Many diseases have been associated with common gene mutations, or single nucleotide polymorphisms (SNPs). But how well do SNPs or SNP combinations predict disease risk? Not very well at all, say scientists based at the University of Alberta. These scientists, led by David Wishart, PhD, the study’s senior author and a professor of biological sciences and computing science, suggest that disease risk could be better predicted by evaluating clinical, metabolite, or protein measures.
“It is becoming increasingly clear,” explained Wishart, “that the risks for getting most diseases arise from your metabolism, your environment, your lifestyle, or your exposure to various kinds of nutrients, chemicals, bacteria, or viruses.”
Notice that Wishart referred to most diseases. According to Wishart and colleagues, these include many cancers, diabetes, and Alzheimer’s. In fact, for such diseases, the genetic contribution to disease risk is just 5–10%. There are diseases, however, for which the genetic contribution is about 40–50%. These diseases include Crohn’s disease, celiac disease, and macular degeneration.
Wishart and colleagues derived these findings from the largest meta-analysis ever conducted. Basically, the scientists examined two decades of data from studies that examine the relationships between SNPs and different diseases and conditions. They presented their results in a paper that appeared December 5 in the journal PLOS One, in an article titled, “Assessing the performance of genome-wide association studies for predicting disease risk.”
“One of the most commonly used approaches to assess the performance of predictive biomarkers is to determine the area under the receiver-operator characteristic curve (AUROC),” the article’s authors wrote. “We have developed an R package called G-WIZ to generate ROC curves and calculate the AUROC using summary-level GWAS data.”
G-WIZ is designed to make the most of summary-level data, which is the only genome-wide association study (GWAS) data can be deposited in public repositories such as GWAS Central. The difficulty with summary-level data, however, is that it contains only study-wide averages, p-values, odds ratios, risk allele frequencies, and other summary statistics for the entire study population.
To get around this difficulty, G-WIZ combines population modeling with logistic regression (for risk prediction) to generate study-specific ROC curves and AUROC values. The idea is to enable the estimation of SNP heritability directly from summary level GWAS data.
“[We] used the summary level GWAS data from GWAS Central to determine the ROC curves and AUROC values for 569 different GWA studies spanning 219 different conditions,” the article’s authors detailed. “Using these data, we found a small number of GWA studies with SNP-derived risk predictors that have very high AUROCs (>0.75). On the other hand, the average GWA study produces a multi-SNP risk predictor with an AUROC of 0.55.”
In general, the study showed that the links between most human diseases and genetics are shaky at best. These findings fly in the face of many modern gene testing business models, which suggest that gene testing can accurately predict someone’s risk for disease.
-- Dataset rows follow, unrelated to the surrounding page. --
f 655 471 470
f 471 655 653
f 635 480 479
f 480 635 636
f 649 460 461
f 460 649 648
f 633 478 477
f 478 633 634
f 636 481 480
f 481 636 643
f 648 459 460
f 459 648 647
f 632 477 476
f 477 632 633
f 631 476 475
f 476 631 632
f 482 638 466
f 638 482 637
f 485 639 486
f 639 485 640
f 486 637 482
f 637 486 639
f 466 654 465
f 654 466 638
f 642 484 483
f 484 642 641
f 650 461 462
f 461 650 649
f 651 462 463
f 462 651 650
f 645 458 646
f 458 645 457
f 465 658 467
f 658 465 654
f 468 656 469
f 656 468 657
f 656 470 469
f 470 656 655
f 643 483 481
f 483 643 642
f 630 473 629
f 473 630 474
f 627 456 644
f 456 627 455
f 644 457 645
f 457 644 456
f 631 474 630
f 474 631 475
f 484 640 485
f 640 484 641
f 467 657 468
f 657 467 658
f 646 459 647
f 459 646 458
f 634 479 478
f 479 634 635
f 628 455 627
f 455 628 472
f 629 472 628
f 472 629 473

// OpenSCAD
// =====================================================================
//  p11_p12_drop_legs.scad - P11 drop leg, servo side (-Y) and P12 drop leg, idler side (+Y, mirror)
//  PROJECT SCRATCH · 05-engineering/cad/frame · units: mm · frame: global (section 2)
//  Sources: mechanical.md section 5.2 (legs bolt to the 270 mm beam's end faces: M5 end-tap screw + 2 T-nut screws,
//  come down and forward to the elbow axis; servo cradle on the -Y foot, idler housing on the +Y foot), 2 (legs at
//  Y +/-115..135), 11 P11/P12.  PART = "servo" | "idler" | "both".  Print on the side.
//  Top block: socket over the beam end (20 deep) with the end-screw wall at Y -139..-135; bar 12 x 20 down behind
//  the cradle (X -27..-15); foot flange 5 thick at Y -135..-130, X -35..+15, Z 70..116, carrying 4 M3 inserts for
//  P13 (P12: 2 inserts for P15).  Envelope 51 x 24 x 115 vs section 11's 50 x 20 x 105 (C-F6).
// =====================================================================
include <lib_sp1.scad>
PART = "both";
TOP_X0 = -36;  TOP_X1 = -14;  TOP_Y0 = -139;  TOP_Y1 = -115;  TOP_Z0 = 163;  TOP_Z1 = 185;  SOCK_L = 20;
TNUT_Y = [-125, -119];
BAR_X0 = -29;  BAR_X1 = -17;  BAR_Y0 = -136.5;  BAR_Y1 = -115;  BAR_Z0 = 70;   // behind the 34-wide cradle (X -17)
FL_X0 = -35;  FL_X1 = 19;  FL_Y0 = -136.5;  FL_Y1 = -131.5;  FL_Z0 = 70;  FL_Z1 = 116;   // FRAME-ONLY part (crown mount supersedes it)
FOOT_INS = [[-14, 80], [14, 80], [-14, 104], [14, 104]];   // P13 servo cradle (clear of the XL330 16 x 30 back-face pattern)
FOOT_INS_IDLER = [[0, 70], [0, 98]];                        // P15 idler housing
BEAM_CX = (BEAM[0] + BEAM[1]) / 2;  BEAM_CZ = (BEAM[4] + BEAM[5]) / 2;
“Simply put, DNA is not your destiny, and SNPs are duds for disease prediction,” declared Wishart. “The bottom line is that if you want to have an accurate measure of your health, your propensity for disease, or what you can do about it, it’s better to measure your metabolites, your microbes, or your proteins—not your genes.”
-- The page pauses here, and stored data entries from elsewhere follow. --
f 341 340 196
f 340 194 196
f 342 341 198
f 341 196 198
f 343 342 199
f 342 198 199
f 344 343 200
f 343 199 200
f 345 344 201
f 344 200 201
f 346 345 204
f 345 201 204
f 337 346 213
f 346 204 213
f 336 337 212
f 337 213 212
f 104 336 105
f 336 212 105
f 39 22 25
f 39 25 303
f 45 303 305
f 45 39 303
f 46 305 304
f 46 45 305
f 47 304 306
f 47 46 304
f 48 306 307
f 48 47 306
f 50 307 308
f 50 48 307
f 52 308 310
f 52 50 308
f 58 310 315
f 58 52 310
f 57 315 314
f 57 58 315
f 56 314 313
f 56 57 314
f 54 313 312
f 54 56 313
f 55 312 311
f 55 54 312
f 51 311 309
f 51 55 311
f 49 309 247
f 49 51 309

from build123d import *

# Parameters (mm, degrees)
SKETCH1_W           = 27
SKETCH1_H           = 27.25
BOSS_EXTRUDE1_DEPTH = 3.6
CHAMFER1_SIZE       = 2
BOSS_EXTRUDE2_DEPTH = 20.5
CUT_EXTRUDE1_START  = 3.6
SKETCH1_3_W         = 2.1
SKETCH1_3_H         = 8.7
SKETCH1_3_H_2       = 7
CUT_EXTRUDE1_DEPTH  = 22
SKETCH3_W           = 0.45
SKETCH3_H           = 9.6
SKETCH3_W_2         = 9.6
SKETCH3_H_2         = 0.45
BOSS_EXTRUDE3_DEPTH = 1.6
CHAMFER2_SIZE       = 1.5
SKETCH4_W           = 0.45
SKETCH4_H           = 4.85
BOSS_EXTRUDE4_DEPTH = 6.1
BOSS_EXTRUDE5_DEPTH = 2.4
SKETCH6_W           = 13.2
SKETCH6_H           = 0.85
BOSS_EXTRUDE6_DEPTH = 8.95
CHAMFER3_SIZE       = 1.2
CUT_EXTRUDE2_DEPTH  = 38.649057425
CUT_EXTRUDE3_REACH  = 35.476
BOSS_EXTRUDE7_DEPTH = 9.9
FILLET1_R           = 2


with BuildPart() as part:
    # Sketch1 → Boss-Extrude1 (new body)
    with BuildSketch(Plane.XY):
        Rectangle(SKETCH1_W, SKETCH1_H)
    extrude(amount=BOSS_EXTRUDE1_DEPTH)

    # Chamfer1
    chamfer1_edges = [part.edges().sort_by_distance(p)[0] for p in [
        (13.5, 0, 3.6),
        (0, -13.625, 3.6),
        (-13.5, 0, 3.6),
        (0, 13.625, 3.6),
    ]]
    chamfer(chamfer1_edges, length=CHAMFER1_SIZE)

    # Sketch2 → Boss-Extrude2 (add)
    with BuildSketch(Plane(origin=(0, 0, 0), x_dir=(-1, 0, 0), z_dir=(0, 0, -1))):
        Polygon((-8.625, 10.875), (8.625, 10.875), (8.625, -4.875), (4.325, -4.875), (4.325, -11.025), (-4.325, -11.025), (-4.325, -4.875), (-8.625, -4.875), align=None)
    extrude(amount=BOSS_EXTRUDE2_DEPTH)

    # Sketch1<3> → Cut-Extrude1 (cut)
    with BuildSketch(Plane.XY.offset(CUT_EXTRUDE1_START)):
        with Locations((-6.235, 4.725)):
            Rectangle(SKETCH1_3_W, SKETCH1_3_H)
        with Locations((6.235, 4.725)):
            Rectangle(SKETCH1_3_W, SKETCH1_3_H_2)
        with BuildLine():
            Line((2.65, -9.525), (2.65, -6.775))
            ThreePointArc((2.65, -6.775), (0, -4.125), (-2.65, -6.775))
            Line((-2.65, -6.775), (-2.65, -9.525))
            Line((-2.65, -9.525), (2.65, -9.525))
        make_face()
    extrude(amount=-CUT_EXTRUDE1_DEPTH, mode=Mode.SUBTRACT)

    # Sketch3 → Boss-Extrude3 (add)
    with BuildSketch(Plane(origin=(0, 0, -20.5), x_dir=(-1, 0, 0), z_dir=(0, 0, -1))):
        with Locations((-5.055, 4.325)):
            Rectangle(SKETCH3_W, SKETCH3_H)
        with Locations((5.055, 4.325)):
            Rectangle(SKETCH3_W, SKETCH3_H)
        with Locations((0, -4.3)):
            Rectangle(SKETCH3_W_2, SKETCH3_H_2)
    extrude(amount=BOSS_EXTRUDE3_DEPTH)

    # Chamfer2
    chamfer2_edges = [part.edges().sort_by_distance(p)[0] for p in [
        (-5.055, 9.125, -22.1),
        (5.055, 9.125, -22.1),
“This research also highlights the need to understand our environment and the safety or quality of our food, air, and water,” he added.
Wishart and colleagues pointed out that unlike most GWA studies, clinical, proteomic, and metabolomic studies involving marker identification rarely achieve p-values of <10−6 and they infrequently report the performance of their markers in terms of odds ratios. Instead, they elaborated, most marker-based clinical, proteomic, or metabolomic studies tend to combine multiple clinical or omic measures to generate multimarker risk predictors.
“In these studies, multimarker sensitivity, specificity, ROC curves, and/or AUROCs are routinely reported,” the article’s authors explained. “One way for the different omics communities to better understand the predictive or discriminative ability of GWAS data is to convert the reported SNP data into a more conventional biomarker reporting format. In particular, if multi-SNP biomarker data could be combined and converted into ROC or AUROC data, then a more direct comparison could be performed regarding the performance of SNPs for predicting disease risks relative to clinical, metabolite or protein biomarkers for the same conditions.”